[Data excerpts]
--

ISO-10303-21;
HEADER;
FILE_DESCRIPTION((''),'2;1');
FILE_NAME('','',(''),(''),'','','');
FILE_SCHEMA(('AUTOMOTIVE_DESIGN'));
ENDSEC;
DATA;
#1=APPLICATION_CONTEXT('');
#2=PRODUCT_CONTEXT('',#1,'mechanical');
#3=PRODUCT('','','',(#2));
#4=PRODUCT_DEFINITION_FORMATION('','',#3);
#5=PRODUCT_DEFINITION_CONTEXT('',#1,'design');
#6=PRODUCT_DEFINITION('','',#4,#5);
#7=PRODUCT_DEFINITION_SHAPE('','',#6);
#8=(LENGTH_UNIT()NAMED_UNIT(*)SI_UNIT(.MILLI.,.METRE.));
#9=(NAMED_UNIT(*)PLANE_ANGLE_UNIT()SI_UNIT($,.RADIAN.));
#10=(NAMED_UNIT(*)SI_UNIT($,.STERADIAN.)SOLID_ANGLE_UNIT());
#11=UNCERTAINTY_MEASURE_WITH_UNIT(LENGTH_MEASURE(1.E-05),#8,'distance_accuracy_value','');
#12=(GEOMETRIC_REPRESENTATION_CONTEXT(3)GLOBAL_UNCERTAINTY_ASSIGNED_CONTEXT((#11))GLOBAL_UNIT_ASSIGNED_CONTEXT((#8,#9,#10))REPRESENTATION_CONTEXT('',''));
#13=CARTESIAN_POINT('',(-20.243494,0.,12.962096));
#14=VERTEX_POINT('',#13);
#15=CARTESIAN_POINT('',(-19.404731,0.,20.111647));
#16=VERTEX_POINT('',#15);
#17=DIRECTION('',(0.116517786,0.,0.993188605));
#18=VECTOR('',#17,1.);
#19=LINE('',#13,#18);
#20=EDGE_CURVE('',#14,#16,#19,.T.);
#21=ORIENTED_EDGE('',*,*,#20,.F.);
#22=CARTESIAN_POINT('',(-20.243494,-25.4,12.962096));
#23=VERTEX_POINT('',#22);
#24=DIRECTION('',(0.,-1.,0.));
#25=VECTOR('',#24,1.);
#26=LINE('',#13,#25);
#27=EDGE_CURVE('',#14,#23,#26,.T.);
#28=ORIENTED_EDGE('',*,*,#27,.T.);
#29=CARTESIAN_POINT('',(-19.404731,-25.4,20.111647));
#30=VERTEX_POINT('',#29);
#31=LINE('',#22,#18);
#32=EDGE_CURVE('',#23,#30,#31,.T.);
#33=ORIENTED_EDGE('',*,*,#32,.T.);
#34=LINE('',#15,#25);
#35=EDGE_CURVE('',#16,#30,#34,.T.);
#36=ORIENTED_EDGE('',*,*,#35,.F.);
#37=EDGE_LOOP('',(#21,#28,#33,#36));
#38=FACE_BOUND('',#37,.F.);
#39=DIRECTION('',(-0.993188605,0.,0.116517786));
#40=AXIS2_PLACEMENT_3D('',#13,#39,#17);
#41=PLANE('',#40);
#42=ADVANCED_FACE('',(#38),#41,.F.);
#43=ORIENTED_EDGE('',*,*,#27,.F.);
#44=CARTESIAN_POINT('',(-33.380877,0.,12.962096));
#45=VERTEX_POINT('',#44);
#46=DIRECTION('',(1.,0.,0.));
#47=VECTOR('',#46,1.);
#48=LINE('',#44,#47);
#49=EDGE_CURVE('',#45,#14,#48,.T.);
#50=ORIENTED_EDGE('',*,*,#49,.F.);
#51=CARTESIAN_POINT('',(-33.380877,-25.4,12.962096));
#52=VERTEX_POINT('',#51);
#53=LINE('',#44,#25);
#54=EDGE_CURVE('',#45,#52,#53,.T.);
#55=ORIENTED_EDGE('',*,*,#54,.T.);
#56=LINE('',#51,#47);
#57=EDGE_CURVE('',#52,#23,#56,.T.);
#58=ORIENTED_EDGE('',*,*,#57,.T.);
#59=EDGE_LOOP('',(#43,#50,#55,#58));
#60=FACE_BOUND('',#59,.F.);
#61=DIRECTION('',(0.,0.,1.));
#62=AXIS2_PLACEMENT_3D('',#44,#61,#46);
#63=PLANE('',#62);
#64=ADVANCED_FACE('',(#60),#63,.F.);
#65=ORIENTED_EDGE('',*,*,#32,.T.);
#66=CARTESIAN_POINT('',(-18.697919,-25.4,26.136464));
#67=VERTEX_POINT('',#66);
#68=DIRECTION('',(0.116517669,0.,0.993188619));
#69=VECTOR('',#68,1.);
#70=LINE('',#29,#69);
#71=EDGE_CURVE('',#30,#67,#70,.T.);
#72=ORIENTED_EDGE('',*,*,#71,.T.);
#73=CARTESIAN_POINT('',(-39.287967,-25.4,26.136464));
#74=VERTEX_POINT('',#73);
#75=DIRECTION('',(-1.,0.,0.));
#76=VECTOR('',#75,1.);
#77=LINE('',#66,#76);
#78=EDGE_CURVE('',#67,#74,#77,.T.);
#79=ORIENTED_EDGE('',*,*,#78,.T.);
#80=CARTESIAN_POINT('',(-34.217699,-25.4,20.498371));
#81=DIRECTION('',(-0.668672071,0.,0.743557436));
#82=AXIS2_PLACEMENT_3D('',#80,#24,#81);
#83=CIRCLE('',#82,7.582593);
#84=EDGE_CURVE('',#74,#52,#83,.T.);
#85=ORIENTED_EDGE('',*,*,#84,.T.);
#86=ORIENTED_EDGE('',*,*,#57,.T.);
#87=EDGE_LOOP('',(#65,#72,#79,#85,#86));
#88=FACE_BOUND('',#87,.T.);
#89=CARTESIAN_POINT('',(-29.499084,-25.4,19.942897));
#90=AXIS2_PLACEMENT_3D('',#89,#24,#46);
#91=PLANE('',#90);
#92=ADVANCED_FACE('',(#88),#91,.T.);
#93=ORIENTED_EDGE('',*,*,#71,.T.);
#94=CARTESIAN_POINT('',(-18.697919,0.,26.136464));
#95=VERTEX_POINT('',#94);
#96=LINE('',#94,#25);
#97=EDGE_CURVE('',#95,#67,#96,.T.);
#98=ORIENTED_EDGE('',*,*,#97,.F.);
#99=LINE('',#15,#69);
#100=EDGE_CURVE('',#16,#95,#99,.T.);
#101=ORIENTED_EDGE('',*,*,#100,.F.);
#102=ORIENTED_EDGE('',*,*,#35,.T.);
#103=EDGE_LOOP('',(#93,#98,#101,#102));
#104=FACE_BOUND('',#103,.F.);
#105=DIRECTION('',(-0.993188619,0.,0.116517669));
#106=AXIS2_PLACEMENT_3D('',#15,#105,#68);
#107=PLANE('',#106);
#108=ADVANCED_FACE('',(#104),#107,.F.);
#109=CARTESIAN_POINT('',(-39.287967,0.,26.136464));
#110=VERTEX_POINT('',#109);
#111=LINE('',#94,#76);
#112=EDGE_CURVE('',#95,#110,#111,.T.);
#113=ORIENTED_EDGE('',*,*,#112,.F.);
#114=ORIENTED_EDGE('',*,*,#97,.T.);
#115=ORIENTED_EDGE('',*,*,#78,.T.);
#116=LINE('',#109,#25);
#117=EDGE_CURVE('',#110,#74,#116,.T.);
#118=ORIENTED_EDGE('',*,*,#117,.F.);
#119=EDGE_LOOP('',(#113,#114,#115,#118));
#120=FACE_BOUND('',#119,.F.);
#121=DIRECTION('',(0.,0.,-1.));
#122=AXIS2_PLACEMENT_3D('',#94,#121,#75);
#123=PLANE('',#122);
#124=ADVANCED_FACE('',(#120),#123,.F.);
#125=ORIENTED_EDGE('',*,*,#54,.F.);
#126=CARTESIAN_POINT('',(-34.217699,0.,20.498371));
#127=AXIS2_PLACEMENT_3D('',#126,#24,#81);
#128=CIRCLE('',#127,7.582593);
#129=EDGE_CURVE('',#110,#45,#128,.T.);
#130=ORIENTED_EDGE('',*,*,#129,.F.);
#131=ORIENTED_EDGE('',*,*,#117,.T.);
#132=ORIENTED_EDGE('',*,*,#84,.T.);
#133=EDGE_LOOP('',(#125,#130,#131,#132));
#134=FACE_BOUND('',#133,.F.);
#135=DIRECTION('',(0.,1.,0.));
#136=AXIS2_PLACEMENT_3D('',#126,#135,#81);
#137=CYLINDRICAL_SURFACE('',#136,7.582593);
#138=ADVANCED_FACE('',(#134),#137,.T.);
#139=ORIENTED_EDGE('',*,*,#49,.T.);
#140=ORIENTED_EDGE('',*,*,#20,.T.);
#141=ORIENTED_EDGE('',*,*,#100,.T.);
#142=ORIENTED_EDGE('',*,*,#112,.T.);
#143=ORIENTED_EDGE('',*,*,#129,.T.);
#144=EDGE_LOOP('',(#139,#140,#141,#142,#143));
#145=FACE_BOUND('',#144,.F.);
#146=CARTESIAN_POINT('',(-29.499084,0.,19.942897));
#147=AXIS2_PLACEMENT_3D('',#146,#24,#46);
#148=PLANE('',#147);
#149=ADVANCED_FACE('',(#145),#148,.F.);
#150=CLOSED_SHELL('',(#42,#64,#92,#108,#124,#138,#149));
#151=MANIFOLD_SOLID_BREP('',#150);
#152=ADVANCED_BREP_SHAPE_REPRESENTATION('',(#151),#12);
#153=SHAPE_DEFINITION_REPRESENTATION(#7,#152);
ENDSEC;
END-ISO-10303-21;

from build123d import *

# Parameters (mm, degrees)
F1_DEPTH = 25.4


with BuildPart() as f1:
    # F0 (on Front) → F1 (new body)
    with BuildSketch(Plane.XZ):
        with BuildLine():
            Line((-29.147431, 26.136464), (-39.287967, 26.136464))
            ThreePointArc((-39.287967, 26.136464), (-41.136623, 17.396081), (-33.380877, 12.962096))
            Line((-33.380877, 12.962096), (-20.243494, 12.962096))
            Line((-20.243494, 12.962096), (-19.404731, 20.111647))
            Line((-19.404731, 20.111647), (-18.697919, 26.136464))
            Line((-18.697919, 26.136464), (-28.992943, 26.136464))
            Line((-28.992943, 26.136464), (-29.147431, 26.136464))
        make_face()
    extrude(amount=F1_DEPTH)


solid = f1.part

--

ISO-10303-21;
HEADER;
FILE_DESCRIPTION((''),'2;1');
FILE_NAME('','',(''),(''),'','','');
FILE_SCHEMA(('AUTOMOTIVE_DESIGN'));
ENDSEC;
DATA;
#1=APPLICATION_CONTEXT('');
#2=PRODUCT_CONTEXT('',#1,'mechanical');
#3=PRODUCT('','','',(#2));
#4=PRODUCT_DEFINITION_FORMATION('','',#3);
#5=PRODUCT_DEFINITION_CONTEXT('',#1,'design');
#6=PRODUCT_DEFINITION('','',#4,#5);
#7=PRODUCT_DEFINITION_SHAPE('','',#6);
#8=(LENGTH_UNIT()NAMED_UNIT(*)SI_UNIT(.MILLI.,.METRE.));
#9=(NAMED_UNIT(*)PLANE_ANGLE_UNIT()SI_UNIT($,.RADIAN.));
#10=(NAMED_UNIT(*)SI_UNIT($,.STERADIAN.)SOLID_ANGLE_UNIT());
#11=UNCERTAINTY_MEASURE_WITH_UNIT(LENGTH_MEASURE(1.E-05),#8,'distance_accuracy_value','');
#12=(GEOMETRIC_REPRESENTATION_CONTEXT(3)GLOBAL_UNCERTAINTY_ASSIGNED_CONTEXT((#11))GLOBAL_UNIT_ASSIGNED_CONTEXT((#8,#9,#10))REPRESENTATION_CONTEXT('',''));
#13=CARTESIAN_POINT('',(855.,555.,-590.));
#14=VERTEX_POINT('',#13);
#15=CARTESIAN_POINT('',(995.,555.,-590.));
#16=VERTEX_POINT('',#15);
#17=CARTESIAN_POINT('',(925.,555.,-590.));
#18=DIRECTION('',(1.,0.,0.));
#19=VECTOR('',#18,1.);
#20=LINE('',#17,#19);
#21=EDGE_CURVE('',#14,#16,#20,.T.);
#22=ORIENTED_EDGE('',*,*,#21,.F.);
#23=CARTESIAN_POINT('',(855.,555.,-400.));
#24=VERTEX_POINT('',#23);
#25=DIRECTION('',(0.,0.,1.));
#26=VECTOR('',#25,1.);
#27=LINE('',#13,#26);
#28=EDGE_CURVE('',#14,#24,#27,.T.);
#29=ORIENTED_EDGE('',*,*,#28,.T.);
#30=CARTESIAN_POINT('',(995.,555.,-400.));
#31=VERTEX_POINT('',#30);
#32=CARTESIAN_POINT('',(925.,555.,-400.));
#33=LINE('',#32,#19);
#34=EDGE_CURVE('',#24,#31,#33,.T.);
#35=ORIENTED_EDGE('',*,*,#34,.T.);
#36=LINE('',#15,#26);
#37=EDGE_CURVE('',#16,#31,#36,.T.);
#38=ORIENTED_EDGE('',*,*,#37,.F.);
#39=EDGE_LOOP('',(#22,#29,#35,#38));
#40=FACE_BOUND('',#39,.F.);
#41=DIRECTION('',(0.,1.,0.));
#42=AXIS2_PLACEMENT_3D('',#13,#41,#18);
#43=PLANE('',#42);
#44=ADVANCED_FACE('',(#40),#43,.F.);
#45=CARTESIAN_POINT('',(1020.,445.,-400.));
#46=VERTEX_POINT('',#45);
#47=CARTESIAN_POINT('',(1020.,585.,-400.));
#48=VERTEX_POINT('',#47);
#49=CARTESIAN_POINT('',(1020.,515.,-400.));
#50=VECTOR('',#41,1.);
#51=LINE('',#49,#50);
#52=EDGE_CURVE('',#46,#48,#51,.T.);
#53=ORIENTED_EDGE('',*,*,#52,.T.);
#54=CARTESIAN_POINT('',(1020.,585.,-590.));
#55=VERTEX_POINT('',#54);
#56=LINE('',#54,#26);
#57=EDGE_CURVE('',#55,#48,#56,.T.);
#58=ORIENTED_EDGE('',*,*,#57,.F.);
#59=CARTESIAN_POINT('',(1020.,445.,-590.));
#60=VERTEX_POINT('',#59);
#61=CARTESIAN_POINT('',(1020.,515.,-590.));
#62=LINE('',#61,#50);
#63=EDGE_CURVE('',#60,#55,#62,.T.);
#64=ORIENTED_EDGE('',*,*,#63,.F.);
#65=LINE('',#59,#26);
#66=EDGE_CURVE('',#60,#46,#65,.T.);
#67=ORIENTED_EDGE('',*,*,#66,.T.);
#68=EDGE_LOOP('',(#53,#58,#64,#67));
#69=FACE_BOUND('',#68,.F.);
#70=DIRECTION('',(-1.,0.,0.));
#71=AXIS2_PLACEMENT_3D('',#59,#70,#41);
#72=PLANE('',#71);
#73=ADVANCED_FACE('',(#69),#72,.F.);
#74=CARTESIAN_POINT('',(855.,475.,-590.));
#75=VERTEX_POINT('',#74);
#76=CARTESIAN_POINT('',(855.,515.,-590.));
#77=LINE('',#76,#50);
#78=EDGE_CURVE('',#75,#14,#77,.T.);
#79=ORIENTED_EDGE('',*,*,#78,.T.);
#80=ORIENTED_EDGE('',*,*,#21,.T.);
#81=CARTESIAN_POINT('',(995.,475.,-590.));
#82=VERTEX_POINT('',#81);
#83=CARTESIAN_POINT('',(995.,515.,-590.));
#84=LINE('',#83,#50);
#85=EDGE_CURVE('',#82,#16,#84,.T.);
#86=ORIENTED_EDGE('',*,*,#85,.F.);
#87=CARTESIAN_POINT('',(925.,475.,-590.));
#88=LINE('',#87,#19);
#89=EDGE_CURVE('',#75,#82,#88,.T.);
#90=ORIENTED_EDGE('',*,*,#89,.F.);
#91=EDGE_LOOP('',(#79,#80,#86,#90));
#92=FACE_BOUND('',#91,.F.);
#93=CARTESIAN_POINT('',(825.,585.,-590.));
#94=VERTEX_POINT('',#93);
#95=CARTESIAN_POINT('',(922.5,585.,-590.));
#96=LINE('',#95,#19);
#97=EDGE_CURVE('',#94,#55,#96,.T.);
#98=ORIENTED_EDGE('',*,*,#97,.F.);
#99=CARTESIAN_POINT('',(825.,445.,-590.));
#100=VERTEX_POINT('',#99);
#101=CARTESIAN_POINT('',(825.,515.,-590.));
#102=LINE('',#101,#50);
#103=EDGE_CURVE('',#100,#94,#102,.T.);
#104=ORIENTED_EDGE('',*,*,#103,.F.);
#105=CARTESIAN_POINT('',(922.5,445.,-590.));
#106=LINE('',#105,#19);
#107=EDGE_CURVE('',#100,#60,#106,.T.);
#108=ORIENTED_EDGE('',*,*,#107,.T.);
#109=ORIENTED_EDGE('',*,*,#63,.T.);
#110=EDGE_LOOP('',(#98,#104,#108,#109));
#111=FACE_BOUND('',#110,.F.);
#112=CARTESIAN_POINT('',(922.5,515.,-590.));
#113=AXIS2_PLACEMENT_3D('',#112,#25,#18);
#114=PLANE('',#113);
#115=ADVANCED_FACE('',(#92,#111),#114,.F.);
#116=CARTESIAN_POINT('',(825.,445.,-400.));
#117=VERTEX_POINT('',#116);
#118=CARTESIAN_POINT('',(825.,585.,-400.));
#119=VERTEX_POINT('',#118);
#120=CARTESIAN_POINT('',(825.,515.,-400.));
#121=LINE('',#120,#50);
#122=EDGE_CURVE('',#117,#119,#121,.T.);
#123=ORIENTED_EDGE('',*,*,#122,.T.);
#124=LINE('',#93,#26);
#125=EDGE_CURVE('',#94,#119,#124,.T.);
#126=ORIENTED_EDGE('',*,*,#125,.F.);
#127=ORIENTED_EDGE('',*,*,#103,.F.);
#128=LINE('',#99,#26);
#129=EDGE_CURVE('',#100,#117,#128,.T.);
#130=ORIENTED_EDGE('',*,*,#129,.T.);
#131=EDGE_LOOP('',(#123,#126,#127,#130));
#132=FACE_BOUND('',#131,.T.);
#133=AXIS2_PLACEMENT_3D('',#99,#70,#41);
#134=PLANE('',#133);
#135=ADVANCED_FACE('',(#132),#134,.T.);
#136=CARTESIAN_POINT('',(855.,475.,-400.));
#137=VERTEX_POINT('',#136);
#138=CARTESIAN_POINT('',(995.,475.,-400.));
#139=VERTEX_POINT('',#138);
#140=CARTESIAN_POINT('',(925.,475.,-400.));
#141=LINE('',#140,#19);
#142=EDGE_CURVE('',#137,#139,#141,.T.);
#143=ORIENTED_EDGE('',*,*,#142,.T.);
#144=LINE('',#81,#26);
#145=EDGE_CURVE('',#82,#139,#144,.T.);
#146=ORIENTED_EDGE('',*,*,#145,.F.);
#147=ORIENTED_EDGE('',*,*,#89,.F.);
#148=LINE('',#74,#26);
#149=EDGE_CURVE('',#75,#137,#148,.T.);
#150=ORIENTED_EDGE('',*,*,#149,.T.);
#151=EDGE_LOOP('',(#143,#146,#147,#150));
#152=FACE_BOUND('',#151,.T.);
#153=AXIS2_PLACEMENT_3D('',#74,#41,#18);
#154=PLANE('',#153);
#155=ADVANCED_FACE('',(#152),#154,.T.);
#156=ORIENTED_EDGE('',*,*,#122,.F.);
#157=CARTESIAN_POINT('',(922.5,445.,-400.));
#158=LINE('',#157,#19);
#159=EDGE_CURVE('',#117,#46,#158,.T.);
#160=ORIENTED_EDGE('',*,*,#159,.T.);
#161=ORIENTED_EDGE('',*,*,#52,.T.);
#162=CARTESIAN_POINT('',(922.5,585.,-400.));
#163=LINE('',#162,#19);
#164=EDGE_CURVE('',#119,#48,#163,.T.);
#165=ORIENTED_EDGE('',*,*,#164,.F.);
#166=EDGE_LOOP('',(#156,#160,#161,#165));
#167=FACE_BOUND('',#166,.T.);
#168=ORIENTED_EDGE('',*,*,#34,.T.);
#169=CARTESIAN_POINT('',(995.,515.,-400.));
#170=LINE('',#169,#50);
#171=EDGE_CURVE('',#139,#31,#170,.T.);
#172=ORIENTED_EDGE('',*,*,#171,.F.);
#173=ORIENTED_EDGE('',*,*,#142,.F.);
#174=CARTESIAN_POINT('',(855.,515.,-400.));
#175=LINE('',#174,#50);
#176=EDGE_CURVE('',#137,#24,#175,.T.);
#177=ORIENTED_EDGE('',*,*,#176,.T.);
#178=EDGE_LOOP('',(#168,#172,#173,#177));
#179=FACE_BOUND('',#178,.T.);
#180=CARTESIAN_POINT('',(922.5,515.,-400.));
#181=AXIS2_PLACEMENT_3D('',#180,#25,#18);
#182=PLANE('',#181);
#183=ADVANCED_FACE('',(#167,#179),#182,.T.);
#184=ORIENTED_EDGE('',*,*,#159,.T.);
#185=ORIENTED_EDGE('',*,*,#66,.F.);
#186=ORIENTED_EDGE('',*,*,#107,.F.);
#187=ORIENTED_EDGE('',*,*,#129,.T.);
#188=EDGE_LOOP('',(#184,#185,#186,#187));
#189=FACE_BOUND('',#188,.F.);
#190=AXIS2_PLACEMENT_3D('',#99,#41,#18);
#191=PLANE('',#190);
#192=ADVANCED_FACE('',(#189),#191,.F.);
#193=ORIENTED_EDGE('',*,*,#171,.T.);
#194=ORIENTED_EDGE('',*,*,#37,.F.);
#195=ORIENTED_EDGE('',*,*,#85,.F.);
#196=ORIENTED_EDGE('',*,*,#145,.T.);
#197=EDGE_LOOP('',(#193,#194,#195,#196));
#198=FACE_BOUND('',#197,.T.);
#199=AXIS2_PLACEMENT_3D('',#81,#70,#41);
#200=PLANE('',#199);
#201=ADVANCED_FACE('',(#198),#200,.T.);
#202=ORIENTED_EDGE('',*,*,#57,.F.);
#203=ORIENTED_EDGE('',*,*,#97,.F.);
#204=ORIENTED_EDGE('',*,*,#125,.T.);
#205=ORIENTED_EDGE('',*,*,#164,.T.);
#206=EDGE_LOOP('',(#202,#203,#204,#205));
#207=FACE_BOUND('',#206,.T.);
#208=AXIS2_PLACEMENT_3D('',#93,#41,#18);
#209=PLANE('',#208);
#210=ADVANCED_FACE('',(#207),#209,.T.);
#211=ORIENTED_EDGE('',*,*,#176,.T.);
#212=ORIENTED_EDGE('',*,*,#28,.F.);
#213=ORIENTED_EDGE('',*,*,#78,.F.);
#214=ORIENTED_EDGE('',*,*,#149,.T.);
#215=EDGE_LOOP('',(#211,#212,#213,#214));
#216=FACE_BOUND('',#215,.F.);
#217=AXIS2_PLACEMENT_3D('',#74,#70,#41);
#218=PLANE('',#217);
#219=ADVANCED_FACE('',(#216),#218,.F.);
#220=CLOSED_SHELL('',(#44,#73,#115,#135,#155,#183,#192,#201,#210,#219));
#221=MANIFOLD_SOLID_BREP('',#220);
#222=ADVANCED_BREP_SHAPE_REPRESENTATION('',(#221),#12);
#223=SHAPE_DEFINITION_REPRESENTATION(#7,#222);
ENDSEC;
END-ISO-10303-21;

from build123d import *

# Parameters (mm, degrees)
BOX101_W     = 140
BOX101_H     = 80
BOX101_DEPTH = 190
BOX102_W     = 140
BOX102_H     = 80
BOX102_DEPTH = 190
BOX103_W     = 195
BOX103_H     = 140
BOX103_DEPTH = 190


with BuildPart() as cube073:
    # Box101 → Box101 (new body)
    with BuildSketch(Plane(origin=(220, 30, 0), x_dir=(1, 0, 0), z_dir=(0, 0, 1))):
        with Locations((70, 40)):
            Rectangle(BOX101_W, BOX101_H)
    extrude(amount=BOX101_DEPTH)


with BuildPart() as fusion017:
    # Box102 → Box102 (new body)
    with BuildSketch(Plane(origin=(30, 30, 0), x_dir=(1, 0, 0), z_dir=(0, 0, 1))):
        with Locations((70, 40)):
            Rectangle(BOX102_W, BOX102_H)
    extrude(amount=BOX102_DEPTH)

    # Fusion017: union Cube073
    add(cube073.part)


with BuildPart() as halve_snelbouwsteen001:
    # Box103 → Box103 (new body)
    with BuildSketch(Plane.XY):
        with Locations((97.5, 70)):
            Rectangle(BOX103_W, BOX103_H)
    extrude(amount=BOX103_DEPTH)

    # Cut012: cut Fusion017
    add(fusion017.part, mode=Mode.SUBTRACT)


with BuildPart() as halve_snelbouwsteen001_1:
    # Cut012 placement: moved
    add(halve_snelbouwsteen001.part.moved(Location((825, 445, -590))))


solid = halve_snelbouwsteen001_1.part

--

WORK TO BE COMPLETED.
Copy the records above exactly, beginning at the line that contains "#165=ORIENTED_EDGE('',*,*,#164,.F.);" and stopping after the line that contains "#209=PLANE('',#208);".

EXERCISE ANSWER.
#165=ORIENTED_EDGE('',*,*,#164,.F.);
#166=EDGE_LOOP('',(#156,#160,#161,#165));
#167=FACE_BOUND('',#166,.T.);
#168=ORIENTED_EDGE('',*,*,#34,.T.);
#169=CARTESIAN_POINT('',(995.,515.,-400.));
#170=LINE('',#169,#50);
#171=EDGE_CURVE('',#139,#31,#170,.T.);
#172=ORIENTED_EDGE('',*,*,#171,.F.);
#173=ORIENTED_EDGE('',*,*,#142,.F.);
#174=CARTESIAN_POINT('',(855.,515.,-400.));
#175=LINE('',#174,#50);
#176=EDGE_CURVE('',#137,#24,#175,.T.);
#177=ORIENTED_EDGE('',*,*,#176,.T.);
#178=EDGE_LOOP('',(#168,#172,#173,#177));
#179=FACE_BOUND('',#178,.T.);
#180=CARTESIAN_POINT('',(922.5,515.,-400.));
#181=AXIS2_PLACEMENT_3D('',#180,#25,#18);
#182=PLANE('',#181);
#183=ADVANCED_FACE('',(#167,#179),#182,.T.);
#184=ORIENTED_EDGE('',*,*,#159,.T.);
#185=ORIENTED_EDGE('',*,*,#66,.F.);
#186=ORIENTED_EDGE('',*,*,#107,.F.);
#187=ORIENTED_EDGE('',*,*,#129,.T.);
#188=EDGE_LOOP('',(#184,#185,#186,#187));
#189=FACE_BOUND('',#188,.F.);
#190=AXIS2_PLACEMENT_3D('',#99,#41,#18);
#191=PLANE('',#190);
#192=ADVANCED_FACE('',(#189),#191,.F.);
#193=ORIENTED_EDGE('',*,*,#171,.T.);
#194=ORIENTED_EDGE('',*,*,#37,.F.);
#195=ORIENTED_EDGE('',*,*,#85,.F.);
#196=ORIENTED_EDGE('',*,*,#145,.T.);
#197=EDGE_LOOP('',(#193,#194,#195,#196));
#198=FACE_BOUND('',#197,.T.);
#199=AXIS2_PLACEMENT_3D('',#81,#70,#41);
#200=PLANE('',#199);
#201=ADVANCED_FACE('',(#198),#200,.T.);
#202=ORIENTED_EDGE('',*,*,#57,.F.);
#203=ORIENTED_EDGE('',*,*,#97,.F.);
#204=ORIENTED_EDGE('',*,*,#125,.T.);
#205=ORIENTED_EDGE('',*,*,#164,.T.);
#206=EDGE_LOOP('',(#202,#203,#204,#205));
#207=FACE_BOUND('',#206,.T.);
#208=AXIS2_PLACEMENT_3D('',#93,#41,#18);
#209=PLANE('',#208);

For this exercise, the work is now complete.